BEGIN

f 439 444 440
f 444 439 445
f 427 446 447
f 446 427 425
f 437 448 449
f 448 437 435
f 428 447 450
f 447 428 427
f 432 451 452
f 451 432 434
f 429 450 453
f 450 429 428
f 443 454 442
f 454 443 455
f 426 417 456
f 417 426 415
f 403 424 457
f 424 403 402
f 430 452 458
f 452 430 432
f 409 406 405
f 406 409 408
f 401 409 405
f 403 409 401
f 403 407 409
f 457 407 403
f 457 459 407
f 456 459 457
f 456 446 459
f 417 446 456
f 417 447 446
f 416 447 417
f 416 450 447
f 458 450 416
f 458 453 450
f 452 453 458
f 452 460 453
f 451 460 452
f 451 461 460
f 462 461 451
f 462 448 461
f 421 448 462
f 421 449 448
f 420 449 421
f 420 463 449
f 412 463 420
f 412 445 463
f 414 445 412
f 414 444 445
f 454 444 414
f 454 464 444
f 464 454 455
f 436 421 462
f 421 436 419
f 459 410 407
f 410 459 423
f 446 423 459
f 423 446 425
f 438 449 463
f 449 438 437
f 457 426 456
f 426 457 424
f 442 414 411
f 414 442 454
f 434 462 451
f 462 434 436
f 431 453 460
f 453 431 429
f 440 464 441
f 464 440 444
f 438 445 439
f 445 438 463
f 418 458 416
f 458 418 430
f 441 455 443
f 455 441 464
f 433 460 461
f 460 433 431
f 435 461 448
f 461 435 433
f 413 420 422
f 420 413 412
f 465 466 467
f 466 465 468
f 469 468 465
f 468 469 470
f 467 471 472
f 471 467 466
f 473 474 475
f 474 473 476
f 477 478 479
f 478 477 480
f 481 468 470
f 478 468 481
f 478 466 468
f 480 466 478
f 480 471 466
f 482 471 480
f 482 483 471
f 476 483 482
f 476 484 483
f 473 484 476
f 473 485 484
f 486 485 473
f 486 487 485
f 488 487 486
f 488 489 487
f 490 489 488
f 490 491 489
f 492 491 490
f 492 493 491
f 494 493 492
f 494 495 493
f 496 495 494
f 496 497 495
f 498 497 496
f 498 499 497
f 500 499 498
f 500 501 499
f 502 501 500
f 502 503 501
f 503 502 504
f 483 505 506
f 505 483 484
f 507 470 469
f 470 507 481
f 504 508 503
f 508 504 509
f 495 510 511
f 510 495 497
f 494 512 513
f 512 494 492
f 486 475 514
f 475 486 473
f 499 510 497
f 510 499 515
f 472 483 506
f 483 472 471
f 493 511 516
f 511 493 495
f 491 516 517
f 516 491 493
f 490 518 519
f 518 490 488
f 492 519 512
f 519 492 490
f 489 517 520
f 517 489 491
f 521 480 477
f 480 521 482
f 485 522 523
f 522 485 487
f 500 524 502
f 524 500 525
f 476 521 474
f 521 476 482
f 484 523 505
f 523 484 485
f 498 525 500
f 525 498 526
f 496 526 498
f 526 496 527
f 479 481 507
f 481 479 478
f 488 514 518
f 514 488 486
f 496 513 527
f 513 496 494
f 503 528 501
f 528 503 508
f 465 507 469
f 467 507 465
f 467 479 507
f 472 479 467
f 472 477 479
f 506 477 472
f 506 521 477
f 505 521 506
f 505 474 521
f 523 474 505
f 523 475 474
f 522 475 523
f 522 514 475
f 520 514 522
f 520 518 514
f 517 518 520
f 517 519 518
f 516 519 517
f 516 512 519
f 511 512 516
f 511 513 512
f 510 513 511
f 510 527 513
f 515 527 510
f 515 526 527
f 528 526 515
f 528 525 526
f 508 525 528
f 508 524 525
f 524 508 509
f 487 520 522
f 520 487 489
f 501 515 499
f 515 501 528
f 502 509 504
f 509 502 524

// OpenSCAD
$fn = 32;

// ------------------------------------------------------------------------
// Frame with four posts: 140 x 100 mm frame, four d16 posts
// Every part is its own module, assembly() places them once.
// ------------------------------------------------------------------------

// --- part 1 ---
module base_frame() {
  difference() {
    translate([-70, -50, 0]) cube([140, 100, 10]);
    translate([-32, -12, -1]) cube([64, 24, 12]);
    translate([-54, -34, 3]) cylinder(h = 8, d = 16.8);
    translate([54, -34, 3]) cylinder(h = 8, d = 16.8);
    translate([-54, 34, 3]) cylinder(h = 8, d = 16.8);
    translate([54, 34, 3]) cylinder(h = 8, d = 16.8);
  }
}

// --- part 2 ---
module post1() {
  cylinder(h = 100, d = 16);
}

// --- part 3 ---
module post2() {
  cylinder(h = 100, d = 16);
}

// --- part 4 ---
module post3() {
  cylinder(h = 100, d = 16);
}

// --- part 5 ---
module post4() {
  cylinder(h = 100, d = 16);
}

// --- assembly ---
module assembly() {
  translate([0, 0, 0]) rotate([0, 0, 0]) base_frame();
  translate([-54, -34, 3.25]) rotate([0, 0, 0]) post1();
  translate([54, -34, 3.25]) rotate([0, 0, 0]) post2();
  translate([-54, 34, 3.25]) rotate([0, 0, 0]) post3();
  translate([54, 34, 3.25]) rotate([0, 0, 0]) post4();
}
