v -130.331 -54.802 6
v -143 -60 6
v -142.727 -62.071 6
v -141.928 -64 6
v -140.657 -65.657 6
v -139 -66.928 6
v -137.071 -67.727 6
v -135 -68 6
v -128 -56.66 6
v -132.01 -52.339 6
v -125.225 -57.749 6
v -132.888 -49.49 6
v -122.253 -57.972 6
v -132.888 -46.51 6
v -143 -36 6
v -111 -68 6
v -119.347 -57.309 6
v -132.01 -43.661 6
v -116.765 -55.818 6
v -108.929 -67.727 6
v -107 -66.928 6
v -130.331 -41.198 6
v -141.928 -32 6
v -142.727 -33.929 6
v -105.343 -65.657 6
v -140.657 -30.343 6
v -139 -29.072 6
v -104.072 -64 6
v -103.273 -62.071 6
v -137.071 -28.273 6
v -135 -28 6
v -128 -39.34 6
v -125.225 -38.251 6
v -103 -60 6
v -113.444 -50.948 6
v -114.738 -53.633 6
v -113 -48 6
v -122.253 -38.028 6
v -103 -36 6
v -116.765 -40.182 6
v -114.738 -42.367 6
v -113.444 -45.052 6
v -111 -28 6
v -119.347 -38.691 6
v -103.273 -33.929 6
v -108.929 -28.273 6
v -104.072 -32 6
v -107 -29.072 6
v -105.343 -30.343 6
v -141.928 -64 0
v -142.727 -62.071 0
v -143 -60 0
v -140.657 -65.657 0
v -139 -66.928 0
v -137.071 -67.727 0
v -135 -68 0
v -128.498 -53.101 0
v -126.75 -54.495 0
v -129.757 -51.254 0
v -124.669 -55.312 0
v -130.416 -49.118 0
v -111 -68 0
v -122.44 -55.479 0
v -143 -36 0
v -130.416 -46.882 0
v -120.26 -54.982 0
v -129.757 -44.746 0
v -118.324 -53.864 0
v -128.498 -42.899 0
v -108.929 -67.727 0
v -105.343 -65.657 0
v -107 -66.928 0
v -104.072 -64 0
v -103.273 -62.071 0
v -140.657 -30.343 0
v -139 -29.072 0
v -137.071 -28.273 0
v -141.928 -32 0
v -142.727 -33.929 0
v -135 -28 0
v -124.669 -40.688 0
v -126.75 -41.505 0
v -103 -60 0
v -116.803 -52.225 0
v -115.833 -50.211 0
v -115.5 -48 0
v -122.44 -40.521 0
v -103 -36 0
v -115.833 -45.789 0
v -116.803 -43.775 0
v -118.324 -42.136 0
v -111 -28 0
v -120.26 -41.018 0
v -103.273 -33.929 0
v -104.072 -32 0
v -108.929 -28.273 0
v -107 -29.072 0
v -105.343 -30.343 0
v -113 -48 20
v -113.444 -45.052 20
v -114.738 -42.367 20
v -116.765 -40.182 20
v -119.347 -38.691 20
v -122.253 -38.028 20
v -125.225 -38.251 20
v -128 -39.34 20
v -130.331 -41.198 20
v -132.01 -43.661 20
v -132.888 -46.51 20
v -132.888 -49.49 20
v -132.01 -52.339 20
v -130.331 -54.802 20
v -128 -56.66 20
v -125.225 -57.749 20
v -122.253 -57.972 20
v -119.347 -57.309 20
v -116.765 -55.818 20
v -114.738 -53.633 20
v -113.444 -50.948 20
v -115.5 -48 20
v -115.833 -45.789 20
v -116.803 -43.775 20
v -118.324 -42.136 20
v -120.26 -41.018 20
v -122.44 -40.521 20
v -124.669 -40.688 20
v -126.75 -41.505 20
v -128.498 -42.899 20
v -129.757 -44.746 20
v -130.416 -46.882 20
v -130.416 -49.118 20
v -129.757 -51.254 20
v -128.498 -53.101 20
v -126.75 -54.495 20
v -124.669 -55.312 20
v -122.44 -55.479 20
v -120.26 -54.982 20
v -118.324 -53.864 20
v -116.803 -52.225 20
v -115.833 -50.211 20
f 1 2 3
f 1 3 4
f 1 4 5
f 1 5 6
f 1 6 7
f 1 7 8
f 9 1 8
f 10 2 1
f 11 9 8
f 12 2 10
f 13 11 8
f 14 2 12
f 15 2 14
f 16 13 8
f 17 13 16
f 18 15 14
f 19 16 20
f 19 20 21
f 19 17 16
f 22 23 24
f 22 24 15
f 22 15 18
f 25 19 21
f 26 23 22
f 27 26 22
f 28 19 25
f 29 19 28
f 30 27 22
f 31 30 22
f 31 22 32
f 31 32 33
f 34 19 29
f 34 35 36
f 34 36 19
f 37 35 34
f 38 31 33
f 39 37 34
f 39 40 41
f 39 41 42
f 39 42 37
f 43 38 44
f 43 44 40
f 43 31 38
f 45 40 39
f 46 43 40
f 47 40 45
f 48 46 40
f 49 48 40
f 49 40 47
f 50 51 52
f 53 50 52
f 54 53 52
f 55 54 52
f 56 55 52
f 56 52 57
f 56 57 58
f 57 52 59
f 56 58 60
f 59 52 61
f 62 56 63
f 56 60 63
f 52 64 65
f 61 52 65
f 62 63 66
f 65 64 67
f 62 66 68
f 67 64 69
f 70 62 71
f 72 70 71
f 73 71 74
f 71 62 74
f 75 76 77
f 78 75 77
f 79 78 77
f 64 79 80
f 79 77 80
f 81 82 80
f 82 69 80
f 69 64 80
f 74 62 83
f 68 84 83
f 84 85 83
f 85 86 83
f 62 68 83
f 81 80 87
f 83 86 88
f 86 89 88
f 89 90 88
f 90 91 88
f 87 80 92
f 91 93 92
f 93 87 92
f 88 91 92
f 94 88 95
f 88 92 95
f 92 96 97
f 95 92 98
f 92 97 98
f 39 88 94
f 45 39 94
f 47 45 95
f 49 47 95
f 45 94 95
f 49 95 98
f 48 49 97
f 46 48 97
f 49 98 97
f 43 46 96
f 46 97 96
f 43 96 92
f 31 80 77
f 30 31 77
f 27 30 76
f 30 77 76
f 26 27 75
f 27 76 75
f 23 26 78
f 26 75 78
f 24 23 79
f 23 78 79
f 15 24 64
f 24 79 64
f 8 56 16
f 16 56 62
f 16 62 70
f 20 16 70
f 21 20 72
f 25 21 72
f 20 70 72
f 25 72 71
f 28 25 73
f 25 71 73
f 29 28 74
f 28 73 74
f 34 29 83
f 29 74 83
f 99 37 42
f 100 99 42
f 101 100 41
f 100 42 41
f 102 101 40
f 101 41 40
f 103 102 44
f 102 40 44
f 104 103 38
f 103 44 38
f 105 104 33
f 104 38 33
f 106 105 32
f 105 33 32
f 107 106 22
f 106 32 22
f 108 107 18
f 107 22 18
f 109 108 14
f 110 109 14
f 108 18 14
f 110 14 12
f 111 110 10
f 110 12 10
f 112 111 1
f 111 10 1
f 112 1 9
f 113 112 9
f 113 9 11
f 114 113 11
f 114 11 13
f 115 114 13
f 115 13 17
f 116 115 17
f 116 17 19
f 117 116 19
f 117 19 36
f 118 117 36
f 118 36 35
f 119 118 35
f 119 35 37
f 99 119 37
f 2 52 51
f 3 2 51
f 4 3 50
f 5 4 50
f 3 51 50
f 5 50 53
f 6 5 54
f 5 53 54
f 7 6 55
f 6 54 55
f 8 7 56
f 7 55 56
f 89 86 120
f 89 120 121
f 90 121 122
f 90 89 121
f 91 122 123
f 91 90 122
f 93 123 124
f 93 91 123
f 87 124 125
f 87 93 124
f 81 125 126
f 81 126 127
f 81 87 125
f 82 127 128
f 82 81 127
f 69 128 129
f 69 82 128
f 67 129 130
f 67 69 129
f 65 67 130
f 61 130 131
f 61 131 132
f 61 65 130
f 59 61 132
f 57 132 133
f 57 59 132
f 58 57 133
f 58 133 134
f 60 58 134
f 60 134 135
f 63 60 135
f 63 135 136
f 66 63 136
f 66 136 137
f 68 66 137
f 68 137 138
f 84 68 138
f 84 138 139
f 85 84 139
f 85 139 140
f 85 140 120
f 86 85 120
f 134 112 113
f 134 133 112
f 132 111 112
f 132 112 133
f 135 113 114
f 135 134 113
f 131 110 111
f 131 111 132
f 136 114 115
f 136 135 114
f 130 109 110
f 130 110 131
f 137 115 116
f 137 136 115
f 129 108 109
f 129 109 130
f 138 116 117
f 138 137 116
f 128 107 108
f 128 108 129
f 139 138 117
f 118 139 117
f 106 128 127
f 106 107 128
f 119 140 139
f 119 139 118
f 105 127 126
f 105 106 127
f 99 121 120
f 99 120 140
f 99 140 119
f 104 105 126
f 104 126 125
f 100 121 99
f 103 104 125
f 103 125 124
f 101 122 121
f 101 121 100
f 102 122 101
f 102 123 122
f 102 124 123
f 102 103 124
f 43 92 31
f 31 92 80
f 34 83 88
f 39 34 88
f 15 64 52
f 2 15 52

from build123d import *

# Parameters (mm, degrees)
SKETCH1_R           = 10
SKETCH1_R_2         = 7.5
BOSS_EXTRUDE1_DEPTH = 20
SKETCH2_R           = 7.5
BOSS_EXTRUDE2_DEPTH = 6


with BuildPart() as part:
    # Sketch1 → Boss-Extrude1 (new body)
    with BuildSketch(Plane.XY):
        with Locations((-123, -48)):
            Circle(SKETCH1_R)
        with Locations((-123, -48)):
            Circle(SKETCH1_R_2, mode=Mode.SUBTRACT)
    extrude(amount=BOSS_EXTRUDE1_DEPTH)

    # Sketch2 → Boss-Extrude2 (add)
    with BuildSketch(Plane(origin=(0, 0, 0), x_dir=(-1, 0, 0), z_dir=(0, 0, -1))):
        with BuildLine():
            Line((111, -28), (135, -28))
            ThreePointArc((135, -28), (140.656854249, -30.343145751), (143, -36))
            Line((143, -36), (143, -60))
            ThreePointArc((143, -60), (140.656854249, -65.656854249), (135, -68))
            Line((135, -68), (111, -68))
            ThreePointArc((111, -68), (105.343145751, -65.656854249), (103, -60))
            Line((103, -60), (103, -36))
            ThreePointArc((103, -36), (105.343145751, -30.343145751), (111, -28))
        make_face()
        with Locations(Location((123, -48, 0), (0, 0, 180))):
            Circle(SKETCH2_R, mode=Mode.SUBTRACT)
    extrude(amount=-BOSS_EXTRUDE2_DEPTH)


solid = part.part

END

#### Prompt:
Given the records above, restate word for word only the lines starting at the one with "f 451 461 460" and ending at the one with "f 506 477 472".

#### Written solution:
f 451 461 460
f 462 461 451
f 462 448 461
f 421 448 462
f 421 449 448
f 420 449 421
f 420 463 449
f 412 463 420
f 412 445 463
f 414 445 412
f 414 444 445
f 454 444 414
f 454 464 444
f 464 454 455
f 436 421 462
f 421 436 419
f 459 410 407
f 410 459 423
f 446 423 459
f 423 446 425
f 438 449 463
f 449 438 437
f 457 426 456
f 426 457 424
f 442 414 411
f 414 442 454
f 434 462 451
f 462 434 436
f 431 453 460
f 453 431 429
f 440 464 441
f 464 440 444
f 438 445 439
f 445 438 463
f 418 458 416
f 458 418 430
f 441 455 443
f 455 441 464
f 433 460 461
f 460 433 431
f 435 461 448
f 461 435 433
f 413 420 422
f 420 413 412
f 465 466 467
f 466 465 468
f 469 468 465
f 468 469 470
f 467 471 472
f 471 467 466
f 473 474 475
f 474 473 476
f 477 478 479
f 478 477 480
f 481 468 470
f 478 468 481
f 478 466 468
f 480 466 478
f 480 471 466
f 482 471 480
f 482 483 471
f 476 483 482
f 476 484 483
f 473 484 476
f 473 485 484
f 486 485 473
f 486 487 485
f 488 487 486
f 488 489 487
f 490 489 488
f 490 491 489
f 492 491 490
f 492 493 491
f 494 493 492
f 494 495 493
f 496 495 494
f 496 497 495
f 498 497 496
f 498 499 497
f 500 499 498
f 500 501 499
f 502 501 500
f 502 503 501
f 503 502 504
f 483 505 506
f 505 483 484
f 507 470 469
f 470 507 481
f 504 508 503
f 508 504 509
f 495 510 511
f 510 495 497
f 494 512 513
f 512 494 492
f 486 475 514
f 475 486 473
f 499 510 497
f 510 499 515
f 472 483 506
f 483 472 471
f 493 511 516
f 511 493 495
f 491 516 517
f 516 491 493
f 490 518 519
f 518 490 488
f 492 519 512
f 519 492 490
f 489 517 520
f 517 489 491
f 521 480 477
f 480 521 482
f 485 522 523
f 522 485 487
f 500 524 502
f 524 500 525
f 476 521 474
f 521 476 482
f 484 523 505
f 523 484 485
f 498 525 500
f 525 498 526
f 496 526 498
f 526 496 527
f 479 481 507
f 481 479 478
f 488 514 518
f 514 488 486
f 496 513 527
f 513 496 494
f 503 528 501
f 528 503 508
f 465 507 469
f 467 507 465
f 467 479 507
f 472 479 467
f 472 477 479
f 506 477 472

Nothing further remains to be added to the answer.